Try this: disconnect the coil wire next time you go to fire it up cold and see if it slows down when cranking with no spark. If it doesn't slow down, you will KNOW it is a timing issue. If it acts the same, and DOES slow down, you will know it is NOT an ignition issue. Keep us in the loop and let us know what happens.


----------



## Sick467 (Oct 29, 2019)

OK, I'm am going to start assuming that I have multiple issues, but this is what I did last night...First off thanks for jumping in and advising the new guy!

1.) Got it started with the traditional "spin fast at first, slow down whop, whop, whop... fire and run procedure. NBD

2.) Checked the timing with a light with the vac advance line disconnected and plugged...it was about 45 degrees before TDC. That would be about 9 o'clock looking at it from the front. Jeez!
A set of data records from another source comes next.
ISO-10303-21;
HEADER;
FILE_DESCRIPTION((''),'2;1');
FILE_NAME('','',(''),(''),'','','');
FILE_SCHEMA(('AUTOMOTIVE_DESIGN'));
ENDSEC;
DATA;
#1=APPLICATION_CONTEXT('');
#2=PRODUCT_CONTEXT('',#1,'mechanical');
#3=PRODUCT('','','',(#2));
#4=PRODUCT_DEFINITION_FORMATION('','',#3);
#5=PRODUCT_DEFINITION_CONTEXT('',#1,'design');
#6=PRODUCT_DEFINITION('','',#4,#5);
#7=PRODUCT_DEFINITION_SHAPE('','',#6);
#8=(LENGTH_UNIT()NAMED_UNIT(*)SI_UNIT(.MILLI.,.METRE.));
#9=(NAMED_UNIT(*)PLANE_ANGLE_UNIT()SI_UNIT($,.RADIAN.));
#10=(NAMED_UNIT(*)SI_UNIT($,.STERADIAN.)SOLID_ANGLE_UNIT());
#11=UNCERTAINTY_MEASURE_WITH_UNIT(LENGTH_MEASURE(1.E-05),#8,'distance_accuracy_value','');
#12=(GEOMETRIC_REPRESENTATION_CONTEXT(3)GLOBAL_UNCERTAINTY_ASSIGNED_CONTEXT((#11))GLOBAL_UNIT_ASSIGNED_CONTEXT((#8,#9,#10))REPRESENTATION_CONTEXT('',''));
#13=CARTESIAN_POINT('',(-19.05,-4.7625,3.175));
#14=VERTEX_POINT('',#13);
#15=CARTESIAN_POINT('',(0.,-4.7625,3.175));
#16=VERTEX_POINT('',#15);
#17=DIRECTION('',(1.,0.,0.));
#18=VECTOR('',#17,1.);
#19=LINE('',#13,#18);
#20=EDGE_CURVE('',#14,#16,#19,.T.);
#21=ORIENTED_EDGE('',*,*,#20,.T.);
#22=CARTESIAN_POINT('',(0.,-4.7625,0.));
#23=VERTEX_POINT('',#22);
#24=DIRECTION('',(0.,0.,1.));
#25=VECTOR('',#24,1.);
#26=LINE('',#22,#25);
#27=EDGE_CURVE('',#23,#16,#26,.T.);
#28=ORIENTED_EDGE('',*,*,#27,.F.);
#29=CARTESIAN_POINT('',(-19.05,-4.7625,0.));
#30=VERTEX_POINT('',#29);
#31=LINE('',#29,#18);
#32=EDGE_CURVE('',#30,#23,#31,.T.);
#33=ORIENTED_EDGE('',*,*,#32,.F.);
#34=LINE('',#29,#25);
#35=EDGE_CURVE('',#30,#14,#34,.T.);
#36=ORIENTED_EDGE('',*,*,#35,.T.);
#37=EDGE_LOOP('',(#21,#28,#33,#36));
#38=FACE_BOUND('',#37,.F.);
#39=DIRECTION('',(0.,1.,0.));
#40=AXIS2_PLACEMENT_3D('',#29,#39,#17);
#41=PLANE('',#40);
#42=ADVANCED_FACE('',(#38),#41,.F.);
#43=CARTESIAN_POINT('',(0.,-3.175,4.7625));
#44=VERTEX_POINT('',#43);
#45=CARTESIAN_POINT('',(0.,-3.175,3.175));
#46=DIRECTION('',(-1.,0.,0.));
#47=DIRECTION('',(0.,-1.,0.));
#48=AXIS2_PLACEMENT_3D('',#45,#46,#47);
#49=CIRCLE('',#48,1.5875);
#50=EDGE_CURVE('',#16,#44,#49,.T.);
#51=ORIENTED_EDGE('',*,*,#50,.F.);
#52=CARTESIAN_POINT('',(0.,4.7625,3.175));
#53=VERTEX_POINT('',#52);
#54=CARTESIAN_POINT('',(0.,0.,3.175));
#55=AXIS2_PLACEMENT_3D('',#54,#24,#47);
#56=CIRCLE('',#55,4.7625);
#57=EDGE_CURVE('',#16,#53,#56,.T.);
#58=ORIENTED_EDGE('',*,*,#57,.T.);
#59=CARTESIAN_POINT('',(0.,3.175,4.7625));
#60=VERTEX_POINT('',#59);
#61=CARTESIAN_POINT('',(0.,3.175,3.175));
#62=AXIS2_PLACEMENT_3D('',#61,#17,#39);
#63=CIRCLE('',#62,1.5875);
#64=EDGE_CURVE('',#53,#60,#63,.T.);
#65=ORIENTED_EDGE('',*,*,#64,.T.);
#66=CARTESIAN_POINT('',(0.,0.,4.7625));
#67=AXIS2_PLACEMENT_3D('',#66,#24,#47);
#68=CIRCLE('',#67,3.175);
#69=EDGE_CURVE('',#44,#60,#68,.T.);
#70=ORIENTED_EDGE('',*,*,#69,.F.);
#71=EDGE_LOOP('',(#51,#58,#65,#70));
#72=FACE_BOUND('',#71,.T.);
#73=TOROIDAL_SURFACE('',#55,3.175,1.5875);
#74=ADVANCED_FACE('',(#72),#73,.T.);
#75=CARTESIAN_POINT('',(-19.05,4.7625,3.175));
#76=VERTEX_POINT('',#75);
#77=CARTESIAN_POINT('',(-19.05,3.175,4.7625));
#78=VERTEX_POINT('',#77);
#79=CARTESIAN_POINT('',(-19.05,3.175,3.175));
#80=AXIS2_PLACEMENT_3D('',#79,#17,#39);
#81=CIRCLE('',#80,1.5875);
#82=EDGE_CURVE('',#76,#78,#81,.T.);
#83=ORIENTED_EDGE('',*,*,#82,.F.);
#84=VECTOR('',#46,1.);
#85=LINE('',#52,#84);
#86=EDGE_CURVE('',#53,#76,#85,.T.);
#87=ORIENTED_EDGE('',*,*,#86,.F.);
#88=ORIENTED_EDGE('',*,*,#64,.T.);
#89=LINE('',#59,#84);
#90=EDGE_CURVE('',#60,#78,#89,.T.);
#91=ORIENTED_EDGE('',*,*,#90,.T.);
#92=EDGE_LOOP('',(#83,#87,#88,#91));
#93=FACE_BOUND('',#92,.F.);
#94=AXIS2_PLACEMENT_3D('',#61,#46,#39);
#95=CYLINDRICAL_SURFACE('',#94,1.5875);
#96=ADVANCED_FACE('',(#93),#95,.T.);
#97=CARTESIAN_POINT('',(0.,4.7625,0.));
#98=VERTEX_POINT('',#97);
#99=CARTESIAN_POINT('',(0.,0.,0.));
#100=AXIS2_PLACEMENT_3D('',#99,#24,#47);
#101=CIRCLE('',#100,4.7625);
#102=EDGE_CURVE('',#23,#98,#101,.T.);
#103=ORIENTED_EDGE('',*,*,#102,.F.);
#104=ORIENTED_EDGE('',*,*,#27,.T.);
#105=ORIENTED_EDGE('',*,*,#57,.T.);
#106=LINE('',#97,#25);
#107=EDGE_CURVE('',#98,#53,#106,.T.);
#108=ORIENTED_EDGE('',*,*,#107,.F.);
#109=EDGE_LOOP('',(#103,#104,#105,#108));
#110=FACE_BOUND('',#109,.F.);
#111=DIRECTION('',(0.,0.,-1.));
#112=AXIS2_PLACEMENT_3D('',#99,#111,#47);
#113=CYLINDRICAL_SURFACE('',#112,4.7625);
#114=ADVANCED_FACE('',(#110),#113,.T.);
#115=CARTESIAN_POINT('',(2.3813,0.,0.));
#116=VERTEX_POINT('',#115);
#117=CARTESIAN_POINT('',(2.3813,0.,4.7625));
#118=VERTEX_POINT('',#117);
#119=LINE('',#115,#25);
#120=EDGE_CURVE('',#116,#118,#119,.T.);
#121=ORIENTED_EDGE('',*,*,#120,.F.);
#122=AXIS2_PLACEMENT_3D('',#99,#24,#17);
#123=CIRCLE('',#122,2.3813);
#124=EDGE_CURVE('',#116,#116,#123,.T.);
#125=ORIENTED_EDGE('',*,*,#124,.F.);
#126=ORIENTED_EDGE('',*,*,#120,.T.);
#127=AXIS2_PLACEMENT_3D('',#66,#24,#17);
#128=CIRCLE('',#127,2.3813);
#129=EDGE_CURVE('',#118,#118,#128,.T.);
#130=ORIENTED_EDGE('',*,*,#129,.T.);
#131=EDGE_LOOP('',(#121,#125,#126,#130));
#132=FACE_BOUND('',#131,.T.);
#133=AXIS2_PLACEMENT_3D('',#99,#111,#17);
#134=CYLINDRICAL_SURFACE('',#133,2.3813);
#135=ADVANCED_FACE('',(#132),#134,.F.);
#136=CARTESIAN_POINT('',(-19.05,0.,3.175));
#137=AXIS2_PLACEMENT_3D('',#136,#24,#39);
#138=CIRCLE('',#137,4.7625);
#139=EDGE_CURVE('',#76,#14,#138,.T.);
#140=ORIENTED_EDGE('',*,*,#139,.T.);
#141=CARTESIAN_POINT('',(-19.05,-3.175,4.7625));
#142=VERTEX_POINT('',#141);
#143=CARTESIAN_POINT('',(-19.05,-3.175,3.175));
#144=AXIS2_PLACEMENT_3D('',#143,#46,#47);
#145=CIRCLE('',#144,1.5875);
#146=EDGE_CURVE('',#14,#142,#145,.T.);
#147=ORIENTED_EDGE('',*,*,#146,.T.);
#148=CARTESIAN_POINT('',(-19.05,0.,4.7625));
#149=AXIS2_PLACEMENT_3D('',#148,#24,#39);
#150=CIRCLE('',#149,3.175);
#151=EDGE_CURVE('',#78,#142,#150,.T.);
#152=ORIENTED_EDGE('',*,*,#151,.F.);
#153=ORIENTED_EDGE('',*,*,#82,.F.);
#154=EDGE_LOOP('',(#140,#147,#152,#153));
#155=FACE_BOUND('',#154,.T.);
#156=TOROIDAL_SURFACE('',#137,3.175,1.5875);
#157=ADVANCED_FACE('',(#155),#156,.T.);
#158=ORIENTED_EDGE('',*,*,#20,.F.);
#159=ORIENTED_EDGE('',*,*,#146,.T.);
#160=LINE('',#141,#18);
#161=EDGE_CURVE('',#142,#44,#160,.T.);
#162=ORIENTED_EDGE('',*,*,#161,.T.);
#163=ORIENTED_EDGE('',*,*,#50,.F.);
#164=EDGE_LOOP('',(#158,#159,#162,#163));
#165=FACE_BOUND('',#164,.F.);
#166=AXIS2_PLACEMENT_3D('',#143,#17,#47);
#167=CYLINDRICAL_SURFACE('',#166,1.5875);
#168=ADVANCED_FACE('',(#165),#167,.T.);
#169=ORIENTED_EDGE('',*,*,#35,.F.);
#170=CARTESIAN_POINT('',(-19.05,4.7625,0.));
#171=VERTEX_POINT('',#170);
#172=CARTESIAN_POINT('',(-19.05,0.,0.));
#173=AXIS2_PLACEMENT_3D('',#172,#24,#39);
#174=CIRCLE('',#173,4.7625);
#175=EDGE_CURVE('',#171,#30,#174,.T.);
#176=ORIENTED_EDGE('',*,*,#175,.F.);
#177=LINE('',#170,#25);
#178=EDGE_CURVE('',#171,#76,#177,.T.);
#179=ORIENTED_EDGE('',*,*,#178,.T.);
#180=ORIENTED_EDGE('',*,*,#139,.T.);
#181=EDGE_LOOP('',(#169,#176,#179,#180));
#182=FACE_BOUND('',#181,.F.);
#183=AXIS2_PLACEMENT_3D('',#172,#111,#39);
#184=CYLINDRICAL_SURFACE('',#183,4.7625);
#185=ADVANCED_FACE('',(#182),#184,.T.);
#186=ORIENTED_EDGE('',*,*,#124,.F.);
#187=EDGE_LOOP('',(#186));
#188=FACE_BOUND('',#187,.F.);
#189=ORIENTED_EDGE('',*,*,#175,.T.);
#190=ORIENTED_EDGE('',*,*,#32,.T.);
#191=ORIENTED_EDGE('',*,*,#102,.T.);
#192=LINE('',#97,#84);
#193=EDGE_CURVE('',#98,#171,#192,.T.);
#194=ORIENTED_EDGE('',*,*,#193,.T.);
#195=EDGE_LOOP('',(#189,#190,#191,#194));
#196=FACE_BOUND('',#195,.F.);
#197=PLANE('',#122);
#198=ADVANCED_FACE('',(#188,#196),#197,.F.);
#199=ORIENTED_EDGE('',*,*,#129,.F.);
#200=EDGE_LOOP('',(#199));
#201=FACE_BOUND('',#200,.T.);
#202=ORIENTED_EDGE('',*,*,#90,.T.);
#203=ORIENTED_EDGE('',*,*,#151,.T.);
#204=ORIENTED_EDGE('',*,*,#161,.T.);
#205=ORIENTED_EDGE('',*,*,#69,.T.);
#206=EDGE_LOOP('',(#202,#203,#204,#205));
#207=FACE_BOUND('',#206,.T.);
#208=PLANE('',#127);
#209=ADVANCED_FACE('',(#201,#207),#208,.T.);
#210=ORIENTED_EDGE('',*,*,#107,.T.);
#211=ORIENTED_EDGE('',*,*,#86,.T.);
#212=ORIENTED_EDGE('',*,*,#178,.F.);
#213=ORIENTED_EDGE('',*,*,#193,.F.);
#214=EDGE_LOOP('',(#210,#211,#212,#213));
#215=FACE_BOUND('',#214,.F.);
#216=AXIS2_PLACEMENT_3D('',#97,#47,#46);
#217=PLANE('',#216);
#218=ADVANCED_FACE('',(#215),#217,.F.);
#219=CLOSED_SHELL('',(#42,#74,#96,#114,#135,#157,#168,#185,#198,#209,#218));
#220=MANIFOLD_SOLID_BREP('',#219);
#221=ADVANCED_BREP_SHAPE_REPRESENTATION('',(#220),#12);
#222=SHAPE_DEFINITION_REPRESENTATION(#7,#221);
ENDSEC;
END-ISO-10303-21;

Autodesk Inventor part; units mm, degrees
ref_plane "YZ Plane" through (0, 0, 0) normal (1, 0, 0) x (0, 1, 0)
ref_plane "XZ Plane" through (0, 0, 0) normal (0, 1, 0) x (-1, 0, 0)
ref_plane "XY Plane" through (0, 0, 0) normal (0, 0, 1) x (1, 0, 0)
sketch "Sketch1" plane through (0, 0, 0) normal (0, 0, 1) x (1, 0, 0)
  circle A0 centre (0, 0) radius 2.3813
  line L0 (0, 0) -> (-19.05, 0) construction
  line L1 (0, 4.7625) -> (-19.05, 4.7625)
  line L2 (-19.05, -4.7625) -> (0, -4.7625)
  arc A1 (0, -4.7625) -> (0, 4.7625) centre (0, 0) ccw
  arc A2 (-19.05, 4.7625) -> (-19.05, -4.7625) centre (-19.05, 0) ccw
  point P0 (-9.525, 0)
  dimension "d0" = 4.7625
  dimension "d2" = 19.05
  dimension "d3" = 9.525
extrude "Extrusion1" add sketch "Sketch1" along normal blind 4.7625
fillet "Fillet1" radius 1.5875 4 edges at (4.7625, 0, 4.7625) (-9.525, 4.7625, 4.7625) (-23.8125, 0, 4.7625) (-9.525, -4.7625, 4.7625)
properties part number "Stands"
3.) Rotated dizzy to get timing at 12 degress BTDC.

4.) Hooked vac line back up and adjusted idle down to 700 rpm. Seemed like a good place for it, much lower and it would sound like it might stumble.

5.) used the ADV button on my timing light to bring the balancer mark to ZERO on the indicator. The advance setting read 31. Engine sounded fine, but different obviously. I guess I used that timing light function properly to determine total advance...you tell me.

*At this point, I am thinking that all looks good...do you agree?*

6.) I shut the engine off and immediately tried to start it. I got a lesser version of the whop whop, but it started quickly. This would be normal as it has just been running and the engine is primed to fire up rather quickly.

7.) I did step 6 a couple times and then the starter just said "NO MORE". No trying, no clicking, no humming...nada.

I now suspect my starter to be expired. I swapped in a very new Interstate battery...it is a high CCA battery also, just new this year and even tried the battery charger jump start mode on my Schumacher charger (200amp). Checked all the connections, found a loose screw on a temporary ingition switch and tightened it...no change in the starters attitude.

I will be pulling the starter tonight and bench testing it with jumper cables and go from there. 

Maybe while the starter is out I can get to PontiacJims questions that I don't know. Here's what I do know...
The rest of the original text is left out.